Auch Santiagos Frau – »Ische. Eiße. Carla. Zahn. Arztin.« – hatte die Madrider Volkshochschule ausgelassen und brauchte jetzt eine Dolmetscherin. Unsere Frauen stellten sich in Berliner Kindergärten vor, buchten einen Sprach- und Integrationskurs, kauften Schulhefte, telefonierten mit Behörden und brachten Carlas Fahrrad, das ich zunächst – wohl weil Carla gut aussieht – selbst zu reparieren versucht hatte, in die Werkstatt.

Ich half Santiago beim Einräumen der Wohnung. Wir trugen Kleinkram aus seinem Auto, und einmal zeigte ich nach links und sagte, diese Eckkneipe dort sei eine typische Berliner Eckkneipe, woraufhin Santiago direkt abbog, und schwupp, hockten wir am Tresen. Es war kurz nach 15 Uhr, und ringsum saßen tatsächlich noch andere Männer. Wir verbuchten die vier Berliner Kindl, die jeder von uns trank, als Integration.

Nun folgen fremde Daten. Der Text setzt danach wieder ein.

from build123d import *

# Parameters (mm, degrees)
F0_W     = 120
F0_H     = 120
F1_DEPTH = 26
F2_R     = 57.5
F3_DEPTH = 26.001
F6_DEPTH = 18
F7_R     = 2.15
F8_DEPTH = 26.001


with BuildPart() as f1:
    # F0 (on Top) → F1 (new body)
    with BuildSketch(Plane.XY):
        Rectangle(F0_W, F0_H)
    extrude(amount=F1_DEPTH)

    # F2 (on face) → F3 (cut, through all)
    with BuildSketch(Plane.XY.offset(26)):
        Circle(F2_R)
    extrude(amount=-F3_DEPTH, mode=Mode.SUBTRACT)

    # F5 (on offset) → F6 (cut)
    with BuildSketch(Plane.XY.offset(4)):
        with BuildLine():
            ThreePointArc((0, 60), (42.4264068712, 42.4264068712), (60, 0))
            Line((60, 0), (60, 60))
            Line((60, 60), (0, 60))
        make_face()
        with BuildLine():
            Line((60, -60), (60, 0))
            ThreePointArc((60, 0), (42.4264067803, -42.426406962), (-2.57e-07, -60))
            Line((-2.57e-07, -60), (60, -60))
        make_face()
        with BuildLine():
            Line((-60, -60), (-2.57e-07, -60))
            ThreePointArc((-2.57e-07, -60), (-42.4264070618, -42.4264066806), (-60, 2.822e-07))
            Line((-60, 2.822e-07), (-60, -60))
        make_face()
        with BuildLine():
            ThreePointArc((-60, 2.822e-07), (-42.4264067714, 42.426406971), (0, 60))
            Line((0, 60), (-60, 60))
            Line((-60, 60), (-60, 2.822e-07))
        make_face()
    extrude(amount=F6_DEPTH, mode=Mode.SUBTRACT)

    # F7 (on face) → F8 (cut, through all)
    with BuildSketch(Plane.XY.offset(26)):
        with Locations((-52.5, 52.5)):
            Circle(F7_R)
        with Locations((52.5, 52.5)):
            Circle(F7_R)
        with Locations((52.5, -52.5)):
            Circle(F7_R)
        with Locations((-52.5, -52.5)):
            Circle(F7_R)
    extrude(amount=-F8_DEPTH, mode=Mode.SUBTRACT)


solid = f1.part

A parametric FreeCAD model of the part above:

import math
import FreeCAD as App
import Part
import Sketcher

doc = App.newDocument("Part")
body = doc.addObject("PartDesign::Body", "Body")

sketch1 = doc.addObject("Sketcher::SketchObject", "Sketch")
body.addObject(sketch1)
sketch1.AttachmentSupport = (doc.XY_Plane, [""])
sketch1.MapMode = "FlatFace"
sketch1.addGeometry([
    Part.LineSegment(App.Vector(-60, 60, 0), App.Vector(-60, -60, 0)),
    Part.LineSegment(App.Vector(-60, -60, 0), App.Vector(60, -60, 0)),
    Part.LineSegment(App.Vector(60, -60, 0), App.Vector(60, 60, 0)),
    Part.LineSegment(App.Vector(60, 60, 0), App.Vector(-60, 60, 0)),
], False)
sketch1.addConstraint([
    Sketcher.Constraint("Coincident", 0, 2, 1, 1),
    Sketcher.Constraint("Coincident", 1, 2, 2, 1),
    Sketcher.Constraint("Coincident", 2, 2, 3, 1),
    Sketcher.Constraint("Coincident", 3, 2, 0, 1),
    Sketcher.Constraint("Vertical", 0),
    Sketcher.Constraint("Horizontal", 1),
    Sketcher.Constraint("Vertical", 2),
    Sketcher.Constraint("Horizontal", 3),
    Sketcher.Constraint("Symmetric", 0, 2, 2, 2, -1, 1),
    Sketcher.Constraint("Equal", 3, 0),
    Sketcher.Constraint("DistanceX", 1, 1, 1, 2, 120.0),
])
pad1 = doc.addObject("PartDesign::Pad", "Pad")
body.addObject(pad1)
pad1.Profile = sketch1
pad1.Length = 26

sketch2 = doc.addObject("Sketcher::SketchObject", "Sketch001")
body.addObject(sketch2)
sketch2.AttachmentSupport = (doc.XY_Plane, [""])
sketch2.MapMode = "FlatFace"
sketch2.AttachmentOffset = App.Placement(App.Vector(0, 0, 26), App.Rotation())
sketch2.addGeometry(Part.Circle(App.Vector(0, 0, 0), App.Vector(0, 0, 1), 57.5), False)
sketch2.addConstraint([
    Sketcher.Constraint("Coincident", 0, 3, -1, 1),
    Sketcher.Constraint("Diameter", 0, 115.0),
])
pocket1 = doc.addObject("PartDesign::Pocket", "Pocket")
body.addObject(pocket1)
pocket1.Profile = sketch2
pocket1.Type = "ThroughAll"

sketch3 = doc.addObject("Sketcher::SketchObject", "Sketch002")
body.addObject(sketch3)
sketch3.AttachmentSupport = (doc.XY_Plane, [""])
sketch3.MapMode = "FlatFace"
sketch3.AttachmentOffset = App.Placement(App.Vector(0, 0, 4), App.Rotation())
sketch3.addGeometry([
    Part.ArcOfCircle(Part.Circle(App.Vector(0, 0, 0), App.Vector(0, 0, 1), 60), math.radians(0), math.radians(90)),
    Part.LineSegment(App.Vector(60, 0, 0), App.Vector(60, 60, 0)),
    Part.LineSegment(App.Vector(60, 60, 0), App.Vector(0, 60, 0)),
    Part.LineSegment(App.Vector(60, -60, 0), App.Vector(60, 0, 0)),
    Part.ArcOfCircle(Part.Circle(App.Vector(0, 0, 0), App.Vector(0, 0, 1), 60), math.radians(-90), math.radians(0)),
    Part.LineSegment(App.Vector(0, -60, 0), App.Vector(60, -60, 0)),
    Part.LineSegment(App.Vector(-60, -60, 0), App.Vector(0, -60, 0)),
    Part.ArcOfCircle(Part.Circle(App.Vector(0, 0, 0), App.Vector(0, 0, 1), 60), math.radians(180), math.radians(270)),
    Part.LineSegment(App.Vector(-60, 0, 0), App.Vector(-60, -60, 0)),
    Part.ArcOfCircle(Part.Circle(App.Vector(0, 0, 0), App.Vector(0, 0, 1), 60), math.radians(90), math.radians(180)),
    Part.LineSegment(App.Vector(0, 60, 0), App.Vector(-60, 60, 0)),
    Part.LineSegment(App.Vector(-60, 60, 0), App.Vector(-60, 0, 0)),
], False)
sketch3.addConstraint([
    Sketcher.Constraint("Tangent", 0, 1, 1, 1),
    Sketcher.Constraint("Coincident", 1, 2, 2, 1),
    Sketcher.Constraint("Tangent", 2, 2, 0, 2),
    Sketcher.Constraint("Tangent", 3, 2, 4, 2),
    Sketcher.Constraint("Tangent", 4, 1, 5, 1),
    Sketcher.Constraint("Coincident", 5, 2, 3, 1),
    Sketcher.Constraint("Tangent", 6, 2, 7, 2),
    Sketcher.Constraint("Tangent", 7, 1, 8, 1),
    Sketcher.Constraint("Coincident", 8, 2, 6, 1),
    Sketcher.Constraint("Tangent", 9, 1, 10, 1),
    Sketcher.Constraint("Coincident", 10, 2, 11, 1),
    Sketcher.Constraint("Tangent", 11, 2, 9, 2),
    Sketcher.Constraint("Vertical", 1),
    Sketcher.Constraint("Horizontal", 2),
    Sketcher.Constraint("Vertical", 3),
    Sketcher.Constraint("Horizontal", 5),
    Sketcher.Constraint("Horizontal", 6),
    Sketcher.Constraint("Vertical", 8),
    Sketcher.Constraint("Horizontal", 10),
    Sketcher.Constraint("Vertical", 11),
    Sketcher.Constraint("Coincident", 0, 3, -1, 1),
    Sketcher.Constraint("Coincident", 4, 3, -1, 1),
    Sketcher.Constraint("Coincident", 7, 3, -1, 1),
    Sketcher.Constraint("Coincident", 9, 3, -1, 1),
    Sketcher.Constraint("Equal", 0, 4),
    Sketcher.Constraint("Equal", 4, 7),
    Sketcher.Constraint("Equal", 7, 9),
    Sketcher.Constraint("Radius", 0, 60.0),
])
pocket2 = doc.addObject("PartDesign::Pocket", "Pocket001")
body.addObject(pocket2)
pocket2.Profile = sketch3
pocket2.Length = 18
pocket2.Reversed = True

sketch4 = doc.addObject("Sketcher::SketchObject", "Sketch003")
body.addObject(sketch4)
sketch4.AttachmentSupport = (doc.XY_Plane, [""])
sketch4.MapMode = "FlatFace"
sketch4.AttachmentOffset = App.Placement(App.Vector(0, 0, 26), App.Rotation())
sketch4.addGeometry([
    Part.Circle(App.Vector(-52.5, 52.5, 0), App.Vector(0, 0, 1), 2.15),
    Part.Circle(App.Vector(52.5, 52.5, 0), App.Vector(0, 0, 1), 2.15),
    Part.Circle(App.Vector(52.5, -52.5, 0), App.Vector(0, 0, 1), 2.15),
    Part.Circle(App.Vector(-52.5, -52.5, 0), App.Vector(0, 0, 1), 2.15),
], False)
sketch4.addConstraint([
    Sketcher.Constraint("Equal", 0, 1),
    Sketcher.Constraint("Equal", 1, 2),
    Sketcher.Constraint("Equal", 2, 3),
    Sketcher.Constraint("Symmetric", 0, 3, 2, 3, -1, 1),
    Sketcher.Constraint("Symmetric", 1, 3, 3, 3, -1, 1),
    Sketcher.Constraint("Symmetric", 0, 3, 1, 3, -2),
    Sketcher.Constraint("Diameter", 0, 4.3),
    Sketcher.Constraint("DistanceX", 0, 3, 1, 3, 105.0),
    Sketcher.Constraint("DistanceY", 2, 3, 1, 3, 105.0),
])
pocket3 = doc.addObject("PartDesign::Pocket", "Pocket002")
body.addObject(pocket3)
pocket3.Profile = sketch4
pocket3.Type = "ThroughAll"

doc.recompute()
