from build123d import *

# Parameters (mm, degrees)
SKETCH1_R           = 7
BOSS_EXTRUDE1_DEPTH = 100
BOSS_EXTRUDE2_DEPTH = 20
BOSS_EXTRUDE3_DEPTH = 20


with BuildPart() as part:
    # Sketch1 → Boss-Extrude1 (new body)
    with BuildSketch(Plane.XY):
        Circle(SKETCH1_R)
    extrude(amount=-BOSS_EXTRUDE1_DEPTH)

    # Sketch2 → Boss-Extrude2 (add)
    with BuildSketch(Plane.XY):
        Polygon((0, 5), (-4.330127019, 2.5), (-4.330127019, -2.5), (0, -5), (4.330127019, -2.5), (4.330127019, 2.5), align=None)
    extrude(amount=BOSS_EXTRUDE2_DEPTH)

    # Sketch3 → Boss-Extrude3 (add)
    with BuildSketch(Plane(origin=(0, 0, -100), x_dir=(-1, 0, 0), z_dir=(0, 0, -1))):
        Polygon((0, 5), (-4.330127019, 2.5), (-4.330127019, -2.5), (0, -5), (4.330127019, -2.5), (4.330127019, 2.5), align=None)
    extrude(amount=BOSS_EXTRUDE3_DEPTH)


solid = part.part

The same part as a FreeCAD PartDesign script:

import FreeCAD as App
import Part
import Sketcher
from FreeCAD import Vector
Q = App.Units.Quantity

doc = App.newDocument("Part")
body = doc.addObject("PartDesign::Body", "Body")

# Sketch on XY plane
sketch1 = doc.addObject("Sketcher::SketchObject", "Sketch")
body.addObject(sketch1)
sketch1.AttachmentSupport = (doc.XY_Plane, [""])
sketch1.MapMode = "FlatFace"
sketch1.addGeometry(Part.Circle(Vector(0, 0, 0), Vector(0, 0, 1), 7), False)
sketch1.addConstraint(Sketcher.Constraint("Coincident", 0, 3, -1, 1))
sketch1.addConstraint(Sketcher.Constraint("Diameter", 0, Q("14 mm")))
pad1 = doc.addObject("PartDesign::Pad", "Pad")
body.addObject(pad1)
pad1.Profile = sketch1
pad1.Length = 100
pad1.Reversed = True

# Sketch on XY plane
sketch2 = doc.addObject("Sketcher::SketchObject", "Sketch001")
body.addObject(sketch2)
sketch2.AttachmentSupport = (doc.XY_Plane, [""])
sketch2.MapMode = "FlatFace"
sketch2.addGeometry(Part.LineSegment(Vector(0, 5, 0), Vector(-4, 2, 0)), False)
sketch2.addGeometry(Part.LineSegment(Vector(-4, 2, 0), Vector(-4, -2, 0)), False)
sketch2.addGeometry(Part.LineSegment(Vector(-4, -2, 0), Vector(0, -5, 0)), False)
sketch2.addGeometry(Part.LineSegment(Vector(0, -5, 0), Vector(4, -2, 0)), False)
sketch2.addGeometry(Part.LineSegment(Vector(4, -2, 0), Vector(4, 2, 0)), False)
sketch2.addGeometry(Part.LineSegment(Vector(4, 2, 0), Vector(0, 5, 0)), False)
sketch2.addConstraint(Sketcher.Constraint("Coincident", 0, 2, 1, 1))
sketch2.addConstraint(Sketcher.Constraint("Coincident", 1, 2, 2, 1))
sketch2.addConstraint(Sketcher.Constraint("Coincident", 2, 2, 3, 1))
sketch2.addConstraint(Sketcher.Constraint("Coincident", 3, 2, 4, 1))
sketch2.addConstraint(Sketcher.Constraint("Coincident", 4, 2, 5, 1))
sketch2.addConstraint(Sketcher.Constraint("Coincident", 5, 2, 0, 1))
sketch2.addConstraint(Sketcher.Constraint("Vertical", 1))
sketch2.addConstraint(Sketcher.Constraint("Vertical", 4))
sketch2.addConstraint(Sketcher.Constraint("Symmetric", 0, 2, 3, 2, -1, 1))
sketch2.addConstraint(Sketcher.Constraint("Symmetric", 2, 2, 5, 2, -1, 1))
sketch2.addConstraint(Sketcher.Constraint("PointOnObject", 2, 2, -2))
sketch2.addConstraint(Sketcher.Constraint("Parallel", 2, 5))
sketch2.addConstraint(Sketcher.Constraint("Horizontal", 1, 2, 3, 2))
sketch2.addConstraint(Sketcher.Constraint("DistanceY", 1, 2, 1, 1, Q("5 mm")))
sketch2.addConstraint(Sketcher.Constraint("Angle", 0, Q("-150 deg")))
sketch2.addConstraint(Sketcher.Constraint("Distance", 0, Q("5 mm")))
pad2 = doc.addObject("PartDesign::Pad", "Pad001")
body.addObject(pad2)
pad2.Profile = sketch2
pad2.Length = 20

# Sketch on XY plane
sketch3 = doc.addObject("Sketcher::SketchObject", "Sketch002")
body.addObject(sketch3)
sketch3.AttachmentSupport = (doc.XY_Plane, [""])
sketch3.MapMode = "FlatFace"
sketch3.AttachmentOffset = App.Placement(Vector(0, 0, -100), App.Rotation())
sketch3.addGeometry(Part.LineSegment(Vector(0, 5, 0), Vector(4, 2, 0)), False)
sketch3.addGeometry(Part.LineSegment(Vector(4, 2, 0), Vector(4, -2, 0)), False)
sketch3.addGeometry(Part.LineSegment(Vector(4, -2, 0), Vector(0, -5, 0)), False)
sketch3.addGeometry(Part.LineSegment(Vector(0, -5, 0), Vector(-4, -2, 0)), False)
sketch3.addGeometry(Part.LineSegment(Vector(-4, -2, 0), Vector(-4, 2, 0)), False)
sketch3.addGeometry(Part.LineSegment(Vector(-4, 2, 0), Vector(0, 5, 0)), False)
sketch3.addConstraint(Sketcher.Constraint("Coincident", 0, 2, 1, 1))
sketch3.addConstraint(Sketcher.Constraint("Coincident", 1, 2, 2, 1))
sketch3.addConstraint(Sketcher.Constraint("Coincident", 2, 2, 3, 1))
sketch3.addConstraint(Sketcher.Constraint("Coincident", 3, 2, 4, 1))
sketch3.addConstraint(Sketcher.Constraint("Coincident", 4, 2, 5, 1))
sketch3.addConstraint(Sketcher.Constraint("Coincident", 5, 2, 0, 1))
sketch3.addConstraint(Sketcher.Constraint("Vertical", 1))
sketch3.addConstraint(Sketcher.Constraint("Vertical", 4))
sketch3.addConstraint(Sketcher.Constraint("Symmetric", 0, 2, 3, 2, -1, 1))
sketch3.addConstraint(Sketcher.Constraint("Symmetric", 2, 2, 5, 2, -1, 1))
sketch3.addConstraint(Sketcher.Constraint("PointOnObject", 2, 2, -2))
sketch3.addConstraint(Sketcher.Constraint("Parallel", 2, 5))
sketch3.addConstraint(Sketcher.Constraint("Horizontal", 1, 2, 3, 2))
sketch3.addConstraint(Sketcher.Constraint("DistanceY", 1, 2, 1, 1, Q("5 mm")))
sketch3.addConstraint(Sketcher.Constraint("Angle", 0, Q("-30 deg")))
sketch3.addConstraint(Sketcher.Constraint("Distance", 0, Q("5 mm")))
pad3 = doc.addObject("PartDesign::Pad", "Pad002")
body.addObject(pad3)
pad3.Profile = sketch3
pad3.Length = 20
pad3.Reversed = True

doc.recompute()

Am dritten Tag vergaß ich, Santiago mit He Schwachkopf! (¡Che boludo!) zu begrüßen, wie das in Argentinien üblich ist; ich nannte ihn nur noch selten Alter oder Dicker, und sein kleiner Sohn hieß nicht mehr Verrückter, komm mal her!, sondern hatte einen Namen (auf den er genauso schlecht hörte). Ich begann, das C zu lispeln. Ich sagte coche statt auto (Auto), mantequilla statt manteca (Butter) und statt vos (du). Mein Straßenargentinisch verwandelte sich in das Kolonialherrenspanisch, mit dem sich Marc Koch, der zu lange in Madrid gelebt hat, seit Jahren in Buenos Aires durchschlägt.

 

Am Abend vor unserem Rückflug luden uns die Spanier zu sich ein. Als wir um halb zehn hungrig eintrafen, schälte Santiago zur Musik des Venezulaners Edgard Serrano Kartoffeln für die Tortilla. Unsere Frauen redeten über Kindergärten, Schulen und Spielplätze. Unsere Kinder – seine vier, meine drei – spielten Fangen und Verstecken. Serrano sang lauter und lauter. Um kurz nach halb elf klingelte die Nachbarin aus der Wohnung darunter und bat um Ruhe. Carla und Santiago konnten das kaum verstehen. Halb elf! Freitagabend! Kinder!

Die Argentinier, denen ich später davon erzählt habe, waren sogar richtig empört. Was für ein herzloses, ungeselliges Volk! Aber seit dem 13. Juli 2014 und der einhundertdreizehntesten Minute der WM-Geschichte machen die Deutschen ja sowieso alles falsch.